SELECT  ?movieName WHERE {

  ?woody  <> "Woody Allen".

  ?actor <> "Julie Kavner".

  ?movie  <> ?woody;
          <> ?actor;
          <> ?movieName.

The answer:

Don't Drink the Water
Deconstructing Harry
Hannah and Her Sisters
New York Stories
Radio Days
Shadows and Fog

Moving further down the list of Allen's favorite actors, I'm going to go out on a limb and predict that Scarlett Johansson moves ahead of Tony Roberts before Alan Alda does.


Actually, you have to use "sort -n -r" on Posix systems to force the first field to be interpreted numerically. (I do a lot of this sort of thing.)

Hi John,

I didn't need the -n, I assume because the uniq -c output right-justifies the numbers with leading spaces that make the numeric sort come out the way I want it.

Very cool that you actually managed to get computed answers to these questions.

Not so cool, it seems to me, that the questions are so cumbersome to frame.

I will now tantalize (appall? annoy?) you with what these queries would look like in Thread, the path-based query-language I'm working on at ITA:

"actors who have appeared in a movie with Kevin Bacon":

Actor:=Kevin Bacon.Movie.Actor

"actors who have appeared in both a John Waters movie and a Steven Spielberg movie":

Actor:(.Movie.Director:=John Waters:=Steven Spielberg)

"actors who have appeared in Woody Allen movies":

Director:=Woody Allen.Movie.Actor

"actors who have appeared in Woody Allen movies, with counts"

Actor|Appearances=(.Movie:(.Director:=Woody Allen)._Count):Appearances>0#Appearances

or, more cleverly:

Director:=Woody Allen.Movie/Actor|Movies=(.Nodes._Count)#Movies

You can probably get the gist of most of these without a very detailed explanation of syntax. Except the last one, which is the most fun:

Director - get all nodes of type Director
:=Woody Allen - narrow this list down to the one named Woody Allen
.Movie - get all this director's movies
/Actor - group these movies by actor (each movie will appear in multiple groups...)
|Movies=(.Nodes._Count) - calculate the number of grouped movies in each actor's group, and call this "Movies"
#Movies - and sort the set of actor/movie-groups by these counts

No real points until it's publicly available, obviously. But intriguing, maybe?

Oh, sorry, the Waters/Spielberg example would be:

Actor:(.Movie.Director:=John Waters,=Steven Spielberg._Count:=2)
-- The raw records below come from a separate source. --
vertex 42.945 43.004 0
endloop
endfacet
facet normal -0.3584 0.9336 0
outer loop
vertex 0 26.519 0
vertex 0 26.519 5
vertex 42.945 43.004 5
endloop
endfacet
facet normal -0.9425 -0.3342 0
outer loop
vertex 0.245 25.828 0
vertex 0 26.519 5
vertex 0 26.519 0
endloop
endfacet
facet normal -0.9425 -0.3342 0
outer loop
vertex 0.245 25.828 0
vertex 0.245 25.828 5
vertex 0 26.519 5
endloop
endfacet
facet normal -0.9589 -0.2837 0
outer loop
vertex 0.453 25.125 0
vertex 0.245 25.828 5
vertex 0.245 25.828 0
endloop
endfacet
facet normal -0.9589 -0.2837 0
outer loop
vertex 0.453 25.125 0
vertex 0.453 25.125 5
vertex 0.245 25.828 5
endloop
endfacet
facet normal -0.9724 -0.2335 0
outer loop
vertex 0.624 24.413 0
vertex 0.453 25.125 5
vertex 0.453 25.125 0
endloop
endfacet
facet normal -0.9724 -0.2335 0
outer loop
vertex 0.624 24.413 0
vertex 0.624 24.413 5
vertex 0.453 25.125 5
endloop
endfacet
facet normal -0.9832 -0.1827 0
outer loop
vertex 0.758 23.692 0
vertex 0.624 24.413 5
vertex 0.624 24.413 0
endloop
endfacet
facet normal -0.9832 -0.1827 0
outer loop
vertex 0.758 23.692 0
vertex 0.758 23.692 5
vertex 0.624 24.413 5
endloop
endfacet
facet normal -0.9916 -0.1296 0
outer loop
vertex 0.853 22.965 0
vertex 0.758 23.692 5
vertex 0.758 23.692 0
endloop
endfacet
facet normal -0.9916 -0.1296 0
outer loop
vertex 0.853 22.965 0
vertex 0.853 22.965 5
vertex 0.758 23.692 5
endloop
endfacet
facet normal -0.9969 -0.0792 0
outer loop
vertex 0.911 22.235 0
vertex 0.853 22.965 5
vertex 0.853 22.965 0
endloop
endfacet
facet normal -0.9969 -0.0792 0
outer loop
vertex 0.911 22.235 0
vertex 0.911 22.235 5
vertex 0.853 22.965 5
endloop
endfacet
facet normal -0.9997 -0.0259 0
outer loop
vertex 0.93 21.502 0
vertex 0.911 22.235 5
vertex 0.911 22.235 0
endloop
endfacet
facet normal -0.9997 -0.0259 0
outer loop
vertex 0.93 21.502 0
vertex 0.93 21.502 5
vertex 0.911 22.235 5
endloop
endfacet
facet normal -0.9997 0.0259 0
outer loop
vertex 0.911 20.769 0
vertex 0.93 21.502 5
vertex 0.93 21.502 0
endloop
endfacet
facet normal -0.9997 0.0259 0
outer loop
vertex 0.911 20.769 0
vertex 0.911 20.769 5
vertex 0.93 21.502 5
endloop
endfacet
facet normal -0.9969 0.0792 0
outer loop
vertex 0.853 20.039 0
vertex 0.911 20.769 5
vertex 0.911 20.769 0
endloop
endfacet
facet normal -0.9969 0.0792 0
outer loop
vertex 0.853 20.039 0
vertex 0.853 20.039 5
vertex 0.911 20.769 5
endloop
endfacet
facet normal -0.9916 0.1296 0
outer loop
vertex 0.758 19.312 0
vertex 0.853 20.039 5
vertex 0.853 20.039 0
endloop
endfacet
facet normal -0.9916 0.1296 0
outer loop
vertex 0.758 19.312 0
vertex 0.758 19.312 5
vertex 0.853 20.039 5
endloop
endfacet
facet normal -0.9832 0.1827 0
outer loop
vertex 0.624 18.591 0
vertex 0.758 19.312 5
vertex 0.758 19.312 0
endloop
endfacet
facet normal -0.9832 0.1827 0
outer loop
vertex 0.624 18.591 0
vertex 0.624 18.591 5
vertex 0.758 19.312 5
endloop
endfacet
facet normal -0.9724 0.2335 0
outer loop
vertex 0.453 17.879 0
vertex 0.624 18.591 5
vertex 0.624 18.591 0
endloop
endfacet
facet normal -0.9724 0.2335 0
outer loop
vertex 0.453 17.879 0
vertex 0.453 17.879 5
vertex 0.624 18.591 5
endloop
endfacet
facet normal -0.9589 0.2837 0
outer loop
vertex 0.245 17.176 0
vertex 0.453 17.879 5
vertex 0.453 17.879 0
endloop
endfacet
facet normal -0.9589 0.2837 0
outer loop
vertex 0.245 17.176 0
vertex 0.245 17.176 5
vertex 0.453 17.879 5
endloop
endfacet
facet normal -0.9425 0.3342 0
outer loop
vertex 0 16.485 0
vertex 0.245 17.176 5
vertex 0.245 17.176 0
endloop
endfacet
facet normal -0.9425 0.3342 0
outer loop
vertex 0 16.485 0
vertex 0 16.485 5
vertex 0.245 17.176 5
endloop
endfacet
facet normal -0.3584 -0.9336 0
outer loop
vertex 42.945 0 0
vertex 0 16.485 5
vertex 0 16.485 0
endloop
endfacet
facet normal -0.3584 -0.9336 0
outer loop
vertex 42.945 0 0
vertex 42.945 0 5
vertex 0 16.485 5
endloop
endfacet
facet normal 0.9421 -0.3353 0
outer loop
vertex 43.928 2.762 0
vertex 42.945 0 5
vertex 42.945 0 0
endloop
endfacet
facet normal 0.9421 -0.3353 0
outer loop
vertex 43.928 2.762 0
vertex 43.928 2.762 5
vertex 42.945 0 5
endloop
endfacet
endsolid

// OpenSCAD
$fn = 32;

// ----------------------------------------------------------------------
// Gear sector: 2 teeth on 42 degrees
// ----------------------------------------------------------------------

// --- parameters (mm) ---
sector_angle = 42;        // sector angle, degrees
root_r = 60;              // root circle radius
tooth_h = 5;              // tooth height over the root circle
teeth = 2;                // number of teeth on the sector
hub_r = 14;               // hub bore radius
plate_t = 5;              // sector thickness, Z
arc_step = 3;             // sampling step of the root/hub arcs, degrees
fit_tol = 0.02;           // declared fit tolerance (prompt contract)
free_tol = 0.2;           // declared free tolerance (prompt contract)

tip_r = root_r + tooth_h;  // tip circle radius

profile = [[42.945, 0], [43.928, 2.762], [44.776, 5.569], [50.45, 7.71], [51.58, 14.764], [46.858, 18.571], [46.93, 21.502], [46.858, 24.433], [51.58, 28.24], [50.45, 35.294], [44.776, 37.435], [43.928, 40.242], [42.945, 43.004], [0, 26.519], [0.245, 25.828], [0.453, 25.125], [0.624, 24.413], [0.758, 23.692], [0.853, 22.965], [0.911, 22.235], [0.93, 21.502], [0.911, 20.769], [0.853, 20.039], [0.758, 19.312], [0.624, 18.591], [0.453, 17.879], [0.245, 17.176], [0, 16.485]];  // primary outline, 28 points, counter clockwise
Actor:(.Movie.Director:=John Waters):(.Movie.Director:=Steven Spielberg)

or, for that matter

Director:=John Waters,=Steven Spielberg/(.Movie.Actor):(.nodes._Count:=2)

Thanks for the interesting post. The SPARQL endpoint has been shifted back to the D2RQ server:

well… i visit your website first time and found this site very usefull and intresting !

well… you guys doing nice work and i just want to say that keep rocking and keep it up !!!!